(Dataset entries)

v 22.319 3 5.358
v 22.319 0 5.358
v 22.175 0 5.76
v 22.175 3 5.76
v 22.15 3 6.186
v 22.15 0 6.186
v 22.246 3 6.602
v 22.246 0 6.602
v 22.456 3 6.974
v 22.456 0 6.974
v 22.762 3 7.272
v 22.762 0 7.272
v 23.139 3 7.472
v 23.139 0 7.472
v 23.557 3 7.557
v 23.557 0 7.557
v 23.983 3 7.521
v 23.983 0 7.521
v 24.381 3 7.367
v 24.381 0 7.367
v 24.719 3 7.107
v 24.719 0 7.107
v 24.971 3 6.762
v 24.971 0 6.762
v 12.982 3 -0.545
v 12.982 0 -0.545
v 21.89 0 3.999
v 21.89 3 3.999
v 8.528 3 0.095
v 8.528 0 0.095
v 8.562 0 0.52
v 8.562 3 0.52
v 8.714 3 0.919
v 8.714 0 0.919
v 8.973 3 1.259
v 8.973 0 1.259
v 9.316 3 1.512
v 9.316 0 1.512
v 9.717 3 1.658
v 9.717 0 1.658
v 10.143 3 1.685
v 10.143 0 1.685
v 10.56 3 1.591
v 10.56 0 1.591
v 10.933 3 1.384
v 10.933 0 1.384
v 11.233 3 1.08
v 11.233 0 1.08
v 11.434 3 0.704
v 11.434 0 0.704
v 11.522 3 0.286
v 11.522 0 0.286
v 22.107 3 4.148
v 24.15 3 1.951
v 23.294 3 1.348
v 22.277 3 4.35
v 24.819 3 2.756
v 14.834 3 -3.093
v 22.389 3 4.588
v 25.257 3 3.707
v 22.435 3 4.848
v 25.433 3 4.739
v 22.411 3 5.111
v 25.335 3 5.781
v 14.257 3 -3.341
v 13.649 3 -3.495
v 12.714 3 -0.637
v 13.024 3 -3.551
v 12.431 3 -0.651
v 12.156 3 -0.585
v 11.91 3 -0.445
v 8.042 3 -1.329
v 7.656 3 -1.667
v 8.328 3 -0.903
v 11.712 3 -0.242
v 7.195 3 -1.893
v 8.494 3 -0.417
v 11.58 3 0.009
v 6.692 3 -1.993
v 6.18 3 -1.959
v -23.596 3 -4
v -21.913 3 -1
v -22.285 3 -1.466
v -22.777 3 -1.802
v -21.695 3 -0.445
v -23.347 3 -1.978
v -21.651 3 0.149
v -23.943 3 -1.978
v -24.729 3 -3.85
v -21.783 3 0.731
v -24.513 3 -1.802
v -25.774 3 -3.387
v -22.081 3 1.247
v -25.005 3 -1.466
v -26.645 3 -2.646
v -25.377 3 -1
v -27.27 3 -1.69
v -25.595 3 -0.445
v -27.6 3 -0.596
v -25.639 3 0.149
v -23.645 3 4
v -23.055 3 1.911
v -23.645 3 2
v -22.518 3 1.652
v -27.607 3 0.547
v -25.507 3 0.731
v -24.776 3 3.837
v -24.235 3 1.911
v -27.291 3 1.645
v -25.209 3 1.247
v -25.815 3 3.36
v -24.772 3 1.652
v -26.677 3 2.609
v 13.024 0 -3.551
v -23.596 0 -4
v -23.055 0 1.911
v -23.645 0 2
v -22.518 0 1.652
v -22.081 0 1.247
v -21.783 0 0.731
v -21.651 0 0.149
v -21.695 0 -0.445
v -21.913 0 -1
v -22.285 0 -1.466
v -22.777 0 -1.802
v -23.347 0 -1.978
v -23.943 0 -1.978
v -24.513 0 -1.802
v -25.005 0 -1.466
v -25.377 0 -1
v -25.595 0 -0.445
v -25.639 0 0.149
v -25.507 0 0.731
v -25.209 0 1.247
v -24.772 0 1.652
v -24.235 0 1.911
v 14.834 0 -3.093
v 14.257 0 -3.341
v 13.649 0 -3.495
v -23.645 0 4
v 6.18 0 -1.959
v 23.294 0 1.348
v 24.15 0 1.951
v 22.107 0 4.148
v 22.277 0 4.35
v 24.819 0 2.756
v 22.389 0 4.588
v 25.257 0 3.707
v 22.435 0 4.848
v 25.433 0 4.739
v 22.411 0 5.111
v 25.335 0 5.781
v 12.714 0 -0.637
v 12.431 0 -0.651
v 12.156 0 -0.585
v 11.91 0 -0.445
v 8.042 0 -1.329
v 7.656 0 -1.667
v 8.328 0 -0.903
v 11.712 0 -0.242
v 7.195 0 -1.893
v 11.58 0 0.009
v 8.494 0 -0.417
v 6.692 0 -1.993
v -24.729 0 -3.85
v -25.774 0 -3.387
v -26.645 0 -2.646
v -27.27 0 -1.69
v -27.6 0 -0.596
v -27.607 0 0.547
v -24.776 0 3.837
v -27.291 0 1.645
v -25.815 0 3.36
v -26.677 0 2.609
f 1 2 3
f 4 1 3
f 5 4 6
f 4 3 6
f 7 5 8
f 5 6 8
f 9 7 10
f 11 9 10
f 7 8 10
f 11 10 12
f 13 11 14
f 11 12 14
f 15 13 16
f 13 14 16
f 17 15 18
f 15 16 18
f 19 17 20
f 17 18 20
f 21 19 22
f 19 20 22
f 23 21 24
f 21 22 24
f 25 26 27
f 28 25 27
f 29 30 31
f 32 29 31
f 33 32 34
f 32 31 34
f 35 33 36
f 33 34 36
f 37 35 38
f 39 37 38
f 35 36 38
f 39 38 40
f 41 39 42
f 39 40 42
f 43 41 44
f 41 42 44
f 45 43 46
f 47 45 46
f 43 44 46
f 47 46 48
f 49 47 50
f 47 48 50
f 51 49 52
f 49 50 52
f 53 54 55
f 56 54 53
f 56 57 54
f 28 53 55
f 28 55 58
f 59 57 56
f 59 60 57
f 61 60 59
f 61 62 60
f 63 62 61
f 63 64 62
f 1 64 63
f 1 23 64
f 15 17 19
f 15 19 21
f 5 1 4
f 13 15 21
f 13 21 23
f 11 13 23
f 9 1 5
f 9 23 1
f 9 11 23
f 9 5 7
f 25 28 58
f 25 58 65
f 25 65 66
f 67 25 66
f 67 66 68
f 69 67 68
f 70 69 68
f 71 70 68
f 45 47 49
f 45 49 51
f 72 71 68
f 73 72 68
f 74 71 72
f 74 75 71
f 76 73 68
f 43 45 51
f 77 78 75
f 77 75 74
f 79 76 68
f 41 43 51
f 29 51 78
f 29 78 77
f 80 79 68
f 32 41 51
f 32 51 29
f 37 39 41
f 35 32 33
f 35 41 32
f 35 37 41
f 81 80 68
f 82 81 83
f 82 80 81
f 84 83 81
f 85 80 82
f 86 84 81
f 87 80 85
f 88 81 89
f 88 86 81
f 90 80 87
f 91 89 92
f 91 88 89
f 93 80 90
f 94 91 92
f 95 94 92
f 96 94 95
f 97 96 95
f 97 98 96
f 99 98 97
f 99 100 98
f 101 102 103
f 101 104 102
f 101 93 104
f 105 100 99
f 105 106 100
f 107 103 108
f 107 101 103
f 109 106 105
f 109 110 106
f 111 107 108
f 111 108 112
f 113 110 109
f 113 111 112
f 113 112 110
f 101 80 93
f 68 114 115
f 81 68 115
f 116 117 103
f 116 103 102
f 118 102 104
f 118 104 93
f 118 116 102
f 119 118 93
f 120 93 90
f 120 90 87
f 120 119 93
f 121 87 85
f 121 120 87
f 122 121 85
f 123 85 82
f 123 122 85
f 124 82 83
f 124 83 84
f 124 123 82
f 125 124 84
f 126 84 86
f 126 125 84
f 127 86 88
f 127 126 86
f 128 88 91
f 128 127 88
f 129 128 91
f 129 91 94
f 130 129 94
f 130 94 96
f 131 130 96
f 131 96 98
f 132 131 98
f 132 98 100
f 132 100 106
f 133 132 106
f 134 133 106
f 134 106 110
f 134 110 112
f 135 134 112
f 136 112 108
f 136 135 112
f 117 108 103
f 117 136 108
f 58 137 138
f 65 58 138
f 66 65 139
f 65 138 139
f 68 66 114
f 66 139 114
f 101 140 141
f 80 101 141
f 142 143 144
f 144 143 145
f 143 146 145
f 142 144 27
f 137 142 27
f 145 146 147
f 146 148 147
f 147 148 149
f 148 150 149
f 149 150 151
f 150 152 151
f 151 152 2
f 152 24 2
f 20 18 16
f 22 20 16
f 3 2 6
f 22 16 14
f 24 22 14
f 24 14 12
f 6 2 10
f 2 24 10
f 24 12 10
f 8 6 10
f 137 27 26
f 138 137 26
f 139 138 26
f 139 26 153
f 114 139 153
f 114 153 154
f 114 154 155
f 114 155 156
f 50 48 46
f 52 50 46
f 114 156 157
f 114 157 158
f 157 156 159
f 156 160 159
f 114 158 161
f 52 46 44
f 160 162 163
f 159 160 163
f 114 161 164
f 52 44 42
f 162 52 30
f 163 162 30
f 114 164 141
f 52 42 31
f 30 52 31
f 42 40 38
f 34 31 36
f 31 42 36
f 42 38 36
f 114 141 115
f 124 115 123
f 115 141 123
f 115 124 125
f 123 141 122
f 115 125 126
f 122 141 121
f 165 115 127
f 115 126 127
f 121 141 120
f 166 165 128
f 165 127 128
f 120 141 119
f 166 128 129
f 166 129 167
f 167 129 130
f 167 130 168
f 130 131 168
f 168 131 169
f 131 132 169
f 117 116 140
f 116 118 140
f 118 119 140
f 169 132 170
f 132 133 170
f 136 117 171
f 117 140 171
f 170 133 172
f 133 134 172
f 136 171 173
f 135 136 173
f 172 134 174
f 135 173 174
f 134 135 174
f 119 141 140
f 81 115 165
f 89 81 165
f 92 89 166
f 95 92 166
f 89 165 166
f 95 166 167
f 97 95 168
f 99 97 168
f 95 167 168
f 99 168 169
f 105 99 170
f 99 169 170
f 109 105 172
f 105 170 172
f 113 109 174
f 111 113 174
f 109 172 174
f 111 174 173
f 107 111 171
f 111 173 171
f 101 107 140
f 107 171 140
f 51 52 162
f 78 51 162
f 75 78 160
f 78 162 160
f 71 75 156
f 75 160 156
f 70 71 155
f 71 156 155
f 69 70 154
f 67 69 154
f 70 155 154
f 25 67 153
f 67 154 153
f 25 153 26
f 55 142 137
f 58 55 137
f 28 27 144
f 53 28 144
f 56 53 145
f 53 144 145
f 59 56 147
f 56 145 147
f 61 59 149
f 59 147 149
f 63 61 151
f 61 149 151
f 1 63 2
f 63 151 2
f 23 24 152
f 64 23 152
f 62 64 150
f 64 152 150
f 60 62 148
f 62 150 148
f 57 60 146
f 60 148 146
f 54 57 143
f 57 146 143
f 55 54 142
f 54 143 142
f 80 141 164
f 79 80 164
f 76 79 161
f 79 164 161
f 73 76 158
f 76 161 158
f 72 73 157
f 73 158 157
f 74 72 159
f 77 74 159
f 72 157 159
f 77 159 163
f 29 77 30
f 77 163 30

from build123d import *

# Parameters (mm, degrees)
SKETCH1_R           = 2
BOSS_EXTRUDE1_DEPTH = 3


with BuildPart() as part:
    # Sketch1 → Boss-Extrude1 (new body)
    with BuildSketch(Plane(origin=(0, 0, 0), x_dir=(-1, 0, 0), z_dir=(0, 1, 0))):
        with BuildLine():
            Line((-13.023955953, -3.551475079), (23.596044053, -3.999700403))
            ThreePointArc((23.596044053, -3.999700403), (27.6449251, -0.024478432), (23.645, 4))
            Line((23.645, 4), (-6.179618863, -1.958864922))
            ThreePointArc((-6.179618863, -1.958864922), (-7.859851478, -1.510674898), (-8.52802301, 0.094816535))
            ThreePointArc((-8.52802301, 0.094816535), (-9.929506285, 1.686957231), (-11.521937407, 0.285803961))
            ThreePointArc((-11.521937407, 0.285803961), (-12.027681304, -0.523458534), (-12.981727074, -0.545352487))
            Line((-12.981727074, -0.545352487), (-21.889675517, 3.998669315))
            ThreePointArc((-21.889675517, 3.998669315), (-22.389088805, 4.58847924), (-22.319318125, 5.358168419))
            ThreePointArc((-22.319318125, 5.358168419), (-22.943168419, 7.385681875), (-24.970681875, 6.761831581))
            ThreePointArc((-24.970681875, 6.761831581), (-25.256630844, 3.706810464), (-23.29448222, 1.347807789))
            Line((-23.29448222, 1.347807789), (-14.834203373, -3.093435701))
            ThreePointArc((-14.834203373, -3.093435701), (-13.956181951, -3.429568117), (-13.023955953, -3.551475079))
        make_face()
        with Locations(Location((23.645, 0, 0), (0, 0, 90))):
            Circle(SKETCH1_R, mode=Mode.SUBTRACT)
    extrude(amount=BOSS_EXTRUDE1_DEPTH)


solid = part.part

WHAT TO PRODUCE: Reproduce the lines of the records exactly, from the first one through the line that contains "v 9.316 3 1.512".

RESULT:
v 22.319 3 5.358
v 22.319 0 5.358
v 22.175 0 5.76
v 22.175 3 5.76
v 22.15 3 6.186
v 22.15 0 6.186
v 22.246 3 6.602
v 22.246 0 6.602
v 22.456 3 6.974
v 22.456 0 6.974
v 22.762 3 7.272
v 22.762 0 7.272
v 23.139 3 7.472
v 23.139 0 7.472
v 23.557 3 7.557
v 23.557 0 7.557
v 23.983 3 7.521
v 23.983 0 7.521
v 24.381 3 7.367
v 24.381 0 7.367
v 24.719 3 7.107
v 24.719 0 7.107
v 24.971 3 6.762
v 24.971 0 6.762
v 12.982 3 -0.545
v 12.982 0 -0.545
v 21.89 0 3.999
v 21.89 3 3.999
v 8.528 3 0.095
v 8.528 0 0.095
v 8.562 0 0.52
v 8.562 3 0.52
v 8.714 3 0.919
v 8.714 0 0.919
v 8.973 3 1.259
v 8.973 0 1.259
v 9.316 3 1.512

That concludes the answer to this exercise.